====== Given data

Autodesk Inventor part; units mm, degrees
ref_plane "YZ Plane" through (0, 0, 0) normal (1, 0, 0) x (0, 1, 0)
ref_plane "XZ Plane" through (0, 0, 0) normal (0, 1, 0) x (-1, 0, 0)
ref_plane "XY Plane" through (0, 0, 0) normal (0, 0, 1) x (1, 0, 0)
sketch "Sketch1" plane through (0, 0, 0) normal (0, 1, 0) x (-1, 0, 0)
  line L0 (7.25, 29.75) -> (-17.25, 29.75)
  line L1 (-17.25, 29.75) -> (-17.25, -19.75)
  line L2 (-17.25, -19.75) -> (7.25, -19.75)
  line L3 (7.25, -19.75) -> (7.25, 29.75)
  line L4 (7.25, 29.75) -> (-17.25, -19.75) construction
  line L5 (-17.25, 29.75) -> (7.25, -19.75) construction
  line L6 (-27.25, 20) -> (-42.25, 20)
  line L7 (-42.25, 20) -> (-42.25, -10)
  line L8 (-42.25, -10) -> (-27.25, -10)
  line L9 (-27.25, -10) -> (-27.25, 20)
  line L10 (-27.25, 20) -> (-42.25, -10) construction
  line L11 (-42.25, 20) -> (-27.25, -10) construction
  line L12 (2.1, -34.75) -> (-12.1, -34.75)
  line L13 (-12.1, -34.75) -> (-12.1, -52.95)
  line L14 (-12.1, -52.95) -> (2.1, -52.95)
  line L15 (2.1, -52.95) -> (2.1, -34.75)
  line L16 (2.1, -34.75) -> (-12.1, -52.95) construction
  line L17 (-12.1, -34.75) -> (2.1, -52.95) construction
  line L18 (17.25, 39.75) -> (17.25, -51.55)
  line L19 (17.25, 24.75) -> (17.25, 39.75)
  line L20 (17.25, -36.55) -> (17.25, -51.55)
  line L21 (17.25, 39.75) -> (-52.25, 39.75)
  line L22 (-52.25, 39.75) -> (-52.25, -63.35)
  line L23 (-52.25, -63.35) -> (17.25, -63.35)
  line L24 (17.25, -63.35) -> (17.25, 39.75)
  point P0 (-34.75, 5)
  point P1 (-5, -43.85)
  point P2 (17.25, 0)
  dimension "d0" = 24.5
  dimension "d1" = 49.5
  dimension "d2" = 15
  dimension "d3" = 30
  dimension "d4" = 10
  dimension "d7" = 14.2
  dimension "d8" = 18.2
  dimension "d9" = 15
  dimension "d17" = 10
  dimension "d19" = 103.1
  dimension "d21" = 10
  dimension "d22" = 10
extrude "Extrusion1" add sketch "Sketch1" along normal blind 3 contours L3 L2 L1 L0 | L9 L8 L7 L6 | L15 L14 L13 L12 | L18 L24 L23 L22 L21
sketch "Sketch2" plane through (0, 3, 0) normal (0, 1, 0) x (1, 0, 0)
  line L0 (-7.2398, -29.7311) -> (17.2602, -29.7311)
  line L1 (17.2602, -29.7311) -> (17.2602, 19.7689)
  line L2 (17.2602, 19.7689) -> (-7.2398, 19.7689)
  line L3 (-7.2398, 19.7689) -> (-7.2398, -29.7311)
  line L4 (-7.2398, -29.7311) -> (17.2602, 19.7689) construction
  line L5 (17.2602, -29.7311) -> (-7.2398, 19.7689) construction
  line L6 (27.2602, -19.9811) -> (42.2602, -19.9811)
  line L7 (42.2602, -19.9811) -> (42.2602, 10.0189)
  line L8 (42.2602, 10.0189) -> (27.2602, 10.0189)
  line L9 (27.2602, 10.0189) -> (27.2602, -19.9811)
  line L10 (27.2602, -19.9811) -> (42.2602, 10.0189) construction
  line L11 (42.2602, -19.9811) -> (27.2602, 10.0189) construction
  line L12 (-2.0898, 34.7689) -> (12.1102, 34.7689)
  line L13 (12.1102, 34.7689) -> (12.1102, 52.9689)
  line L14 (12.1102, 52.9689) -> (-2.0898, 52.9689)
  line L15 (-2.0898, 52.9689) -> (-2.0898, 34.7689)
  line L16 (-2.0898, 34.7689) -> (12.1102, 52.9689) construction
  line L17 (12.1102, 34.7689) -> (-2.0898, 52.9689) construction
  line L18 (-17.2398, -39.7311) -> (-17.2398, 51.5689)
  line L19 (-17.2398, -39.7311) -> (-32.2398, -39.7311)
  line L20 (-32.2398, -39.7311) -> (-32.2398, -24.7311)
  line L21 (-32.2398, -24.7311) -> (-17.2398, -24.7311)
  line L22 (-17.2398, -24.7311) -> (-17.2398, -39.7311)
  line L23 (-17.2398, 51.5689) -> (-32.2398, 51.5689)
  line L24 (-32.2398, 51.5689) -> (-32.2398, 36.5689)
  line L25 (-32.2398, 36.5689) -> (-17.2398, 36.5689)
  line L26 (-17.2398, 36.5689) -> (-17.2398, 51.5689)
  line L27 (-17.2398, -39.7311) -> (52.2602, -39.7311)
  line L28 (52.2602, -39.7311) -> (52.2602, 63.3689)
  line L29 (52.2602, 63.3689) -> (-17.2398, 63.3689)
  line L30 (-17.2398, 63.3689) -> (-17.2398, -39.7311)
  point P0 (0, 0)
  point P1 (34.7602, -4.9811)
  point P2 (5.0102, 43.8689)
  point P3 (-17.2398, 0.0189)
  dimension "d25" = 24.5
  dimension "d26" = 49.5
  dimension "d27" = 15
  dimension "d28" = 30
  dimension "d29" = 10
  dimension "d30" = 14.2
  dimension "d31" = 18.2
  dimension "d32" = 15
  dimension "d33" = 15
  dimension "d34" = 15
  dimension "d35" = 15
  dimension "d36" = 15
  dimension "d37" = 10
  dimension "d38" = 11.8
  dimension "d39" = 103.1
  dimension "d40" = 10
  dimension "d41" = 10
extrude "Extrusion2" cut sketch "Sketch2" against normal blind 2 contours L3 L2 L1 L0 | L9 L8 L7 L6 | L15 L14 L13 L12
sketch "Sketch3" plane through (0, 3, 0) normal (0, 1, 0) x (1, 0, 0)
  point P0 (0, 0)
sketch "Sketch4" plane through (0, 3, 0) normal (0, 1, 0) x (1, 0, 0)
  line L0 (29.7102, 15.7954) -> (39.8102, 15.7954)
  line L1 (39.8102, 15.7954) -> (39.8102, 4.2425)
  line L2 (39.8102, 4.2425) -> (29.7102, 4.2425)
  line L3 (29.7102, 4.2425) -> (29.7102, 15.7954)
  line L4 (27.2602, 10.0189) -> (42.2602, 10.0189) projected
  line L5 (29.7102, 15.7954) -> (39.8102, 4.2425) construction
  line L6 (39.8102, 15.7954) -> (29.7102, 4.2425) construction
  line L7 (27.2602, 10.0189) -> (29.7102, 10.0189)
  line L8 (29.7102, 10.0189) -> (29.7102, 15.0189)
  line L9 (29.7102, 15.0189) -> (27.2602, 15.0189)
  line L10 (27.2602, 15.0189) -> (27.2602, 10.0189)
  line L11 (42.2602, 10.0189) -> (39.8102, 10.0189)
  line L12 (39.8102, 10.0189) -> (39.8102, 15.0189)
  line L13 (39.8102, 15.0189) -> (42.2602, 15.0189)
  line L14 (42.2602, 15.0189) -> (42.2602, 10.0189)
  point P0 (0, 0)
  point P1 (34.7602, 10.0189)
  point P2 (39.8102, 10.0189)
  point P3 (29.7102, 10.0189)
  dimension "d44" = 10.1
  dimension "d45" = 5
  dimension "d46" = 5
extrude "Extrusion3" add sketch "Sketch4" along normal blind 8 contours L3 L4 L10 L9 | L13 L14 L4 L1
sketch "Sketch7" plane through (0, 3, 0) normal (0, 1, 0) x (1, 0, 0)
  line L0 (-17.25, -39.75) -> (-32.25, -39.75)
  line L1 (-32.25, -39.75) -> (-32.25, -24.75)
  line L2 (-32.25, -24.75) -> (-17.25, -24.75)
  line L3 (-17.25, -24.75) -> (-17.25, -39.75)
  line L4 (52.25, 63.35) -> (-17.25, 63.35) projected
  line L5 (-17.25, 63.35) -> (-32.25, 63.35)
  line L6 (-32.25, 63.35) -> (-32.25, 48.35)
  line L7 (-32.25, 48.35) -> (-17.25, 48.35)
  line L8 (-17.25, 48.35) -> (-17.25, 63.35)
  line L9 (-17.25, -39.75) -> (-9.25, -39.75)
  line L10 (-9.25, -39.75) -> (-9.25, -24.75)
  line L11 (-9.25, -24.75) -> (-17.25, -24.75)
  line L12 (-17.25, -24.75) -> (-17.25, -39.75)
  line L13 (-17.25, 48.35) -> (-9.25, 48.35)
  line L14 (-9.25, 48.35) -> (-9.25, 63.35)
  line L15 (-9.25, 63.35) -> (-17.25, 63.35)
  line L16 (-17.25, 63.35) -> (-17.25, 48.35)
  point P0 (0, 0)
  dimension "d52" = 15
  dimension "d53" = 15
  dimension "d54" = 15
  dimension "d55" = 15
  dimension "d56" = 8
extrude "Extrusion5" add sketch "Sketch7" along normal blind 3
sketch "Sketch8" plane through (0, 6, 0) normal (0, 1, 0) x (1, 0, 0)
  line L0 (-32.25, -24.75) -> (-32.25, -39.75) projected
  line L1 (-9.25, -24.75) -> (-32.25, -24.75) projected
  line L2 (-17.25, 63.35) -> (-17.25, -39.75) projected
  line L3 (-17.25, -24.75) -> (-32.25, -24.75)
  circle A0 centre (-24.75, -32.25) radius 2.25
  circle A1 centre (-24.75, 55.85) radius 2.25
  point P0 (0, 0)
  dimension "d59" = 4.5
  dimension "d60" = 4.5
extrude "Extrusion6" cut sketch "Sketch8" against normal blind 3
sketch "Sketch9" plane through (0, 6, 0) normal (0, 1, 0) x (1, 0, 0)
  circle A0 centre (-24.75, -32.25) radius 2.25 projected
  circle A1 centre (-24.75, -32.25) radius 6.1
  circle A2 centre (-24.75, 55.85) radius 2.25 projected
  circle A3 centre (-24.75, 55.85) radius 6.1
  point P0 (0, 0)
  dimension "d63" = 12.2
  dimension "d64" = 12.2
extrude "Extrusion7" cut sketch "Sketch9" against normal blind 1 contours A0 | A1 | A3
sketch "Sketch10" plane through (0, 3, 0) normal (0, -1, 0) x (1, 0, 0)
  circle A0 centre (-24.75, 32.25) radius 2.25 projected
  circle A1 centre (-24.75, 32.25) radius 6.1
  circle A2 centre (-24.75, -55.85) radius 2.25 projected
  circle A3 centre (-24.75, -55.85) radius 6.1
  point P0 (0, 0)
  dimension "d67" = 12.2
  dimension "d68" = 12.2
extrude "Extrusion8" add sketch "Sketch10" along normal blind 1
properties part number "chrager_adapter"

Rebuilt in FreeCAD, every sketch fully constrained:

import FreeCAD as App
import Part
import Sketcher
from FreeCAD import Vector

doc = App.newDocument("Part")
params = doc.addObject("Spreadsheet::Sheet", "Params")
for row, (alias, value) in enumerate([
    ("sketch1_height", "103.1 mm"),
    ("sketch1_width", "69.5 mm"),
    ("pad1_length", "3 mm"),
    ("sketch2_width", "15 mm"),
    ("sketch2_height", "30 mm"),
    ("sketch2_width2", "24.5 mm"),
    ("sketch2_width3", "14.2 mm"),
    ("sketch2_height2", "49.5 mm"),
    ("pocket1_length", "2 mm"),
    ("sketch3_height", "5 mm"),
    ("pad2_length", "8 mm"),
    ("sketch4_height", "15 mm"),
    ("sketch4_width", "23 mm"),
    ("pad3_length", "3 mm"),
    ("sketch5_diameter", "4.5 mm"),
    ("pocket2_length", "3 mm"),
    ("sketch6_diameter", "12.2 mm"),
    ("sketch6_diameter2", "4.5 mm"),
    ("pocket3_length", "1 mm"),
    ("sketch7_diameter", "12.2 mm"),
    ("sketch7_diameter2", "4.5 mm"),
    ("pad4_length", "1 mm"),
], start=1):
    params.set(f"A{row}", alias)
    params.set(f"B{row}", "=" + value)
    params.setAlias(f"B{row}", alias)

body = doc.addObject("PartDesign::Body", "Body")

# Sketch on XZ plane
sketch1 = body.newObject("Sketcher::SketchObject", "Sketch")
sketch1.AttachmentSupport = (doc.getObject("XZ_Plane"), [""])
sketch1.MapMode = "FlatFace"
sketch1.addGeometry(Part.LineSegment(Vector(-17.25, 39.75, 0), Vector(52.25, 39.75, 0)), False)
sketch1.addGeometry(Part.LineSegment(Vector(52.25, 39.75, 0), Vector(52.25, -63.35, 0)), False)
sketch1.addGeometry(Part.LineSegment(Vector(52.25, -63.35, 0), Vector(-17.25, -63.35, 0)), False)
sketch1.addGeometry(Part.LineSegment(Vector(-17.25, -63.35, 0), Vector(-17.25, 39.75, 0)), False)
sketch1.addConstraint(Sketcher.Constraint("Coincident", 0, 2, 1, 1))
sketch1.addConstraint(Sketcher.Constraint("Coincident", 1, 2, 2, 1))
sketch1.addConstraint(Sketcher.Constraint("Coincident", 2, 2, 3, 1))
sketch1.addConstraint(Sketcher.Constraint("Coincident", 3, 2, 0, 1))
sketch1.addConstraint(Sketcher.Constraint("Horizontal", 0))
sketch1.addConstraint(Sketcher.Constraint("Vertical", 1))
sketch1.addConstraint(Sketcher.Constraint("Horizontal", 2))
sketch1.addConstraint(Sketcher.Constraint("Vertical", 3))
sketch1.addConstraint(Sketcher.Constraint("DistanceY", 1, 2, 1, 1, 103.1))
sketch1.addConstraint(Sketcher.Constraint("DistanceX", 0, 1, 0, 2, 69.5))
sketch1.addConstraint(Sketcher.Constraint("DistanceX", -1, 1, 0, 2, 52.25))
sketch1.addConstraint(Sketcher.Constraint("DistanceY", -1, 1, 0, 2, 39.75))
sketch1.setExpression("Constraints[8]", "Params.sketch1_height")
sketch1.setExpression("Constraints[9]", "Params.sketch1_width")
pad1 = body.newObject("PartDesign::Pad", "Pad")
pad1.Profile = sketch1
pad1.setExpression("Length", "Params.pad1_length")
pad1.Reversed = True

# Sketch on XZ plane
sketch2 = body.newObject("Sketcher::SketchObject", "Sketch001")
sketch2.AttachmentSupport = (doc.getObject("XZ_Plane"), [""])
sketch2.MapMode = "FlatFace"
sketch2.AttachmentOffset = App.Placement(Vector(0, 0, -3), App.Rotation())
sketch2.addGeometry(Part.LineSegment(Vector(-7.2398, -19.7689, 0), Vector(-7.2398, 29.7311, 0)), False)
sketch2.addGeometry(Part.LineSegment(Vector(-7.2398, 29.7311, 0), Vector(17.2602, 29.7311, 0)), False)
sketch2.addGeometry(Part.LineSegment(Vector(17.2602, 29.7311, 0), Vector(17.2602, -19.7689, 0)), False)
sketch2.addGeometry(Part.LineSegment(Vector(17.2602, -19.7689, 0), Vector(-7.2398, -19.7689, 0)), False)
sketch2.addGeometry(Part.LineSegment(Vector(27.2602, -10.0189, 0), Vector(27.2602, 19.9811, 0)), False)
sketch2.addGeometry(Part.LineSegment(Vector(27.2602, 19.9811, 0), Vector(42.2602, 19.9811, 0)), False)
sketch2.addGeometry(Part.LineSegment(Vector(42.2602, 19.9811, 0), Vector(42.2602, -10.0189, 0)), False)
sketch2.addGeometry(Part.LineSegment(Vector(42.2602, -10.0189, 0), Vector(27.2602, -10.0189, 0)), False)
sketch2.addGeometry(Part.LineSegment(Vector(-2.0898, -52.9689, 0), Vector(-2.0898, -34.7689, 0)), False)
sketch2.addGeometry(Part.LineSegment(Vector(-2.0898, -34.7689, 0), Vector(12.1102, -34.7689, 0)), False)
sketch2.addGeometry(Part.LineSegment(Vector(12.1102, -34.7689, 0), Vector(12.1102, -52.9689, 0)), False)
sketch2.addGeometry(Part.LineSegment(Vector(12.1102, -52.9689, 0), Vector(-2.0898, -52.9689, 0)), False)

============

Action item: Check each line above for the string "along" and show the ones that have it.

Answer box:
extrude "Extrusion1" add sketch "Sketch1" along normal blind 3 contours L3 L2 L1 L0 | L9 L8 L7 L6 | L15 L14 L13 L12 | L18 L24 L23 L22 L21
extrude "Extrusion3" add sketch "Sketch4" along normal blind 8 contours L3 L4 L10 L9 | L13 L14 L4 L1
extrude "Extrusion5" add sketch "Sketch7" along normal blind 3
extrude "Extrusion8" add sketch "Sketch10" along normal blind 1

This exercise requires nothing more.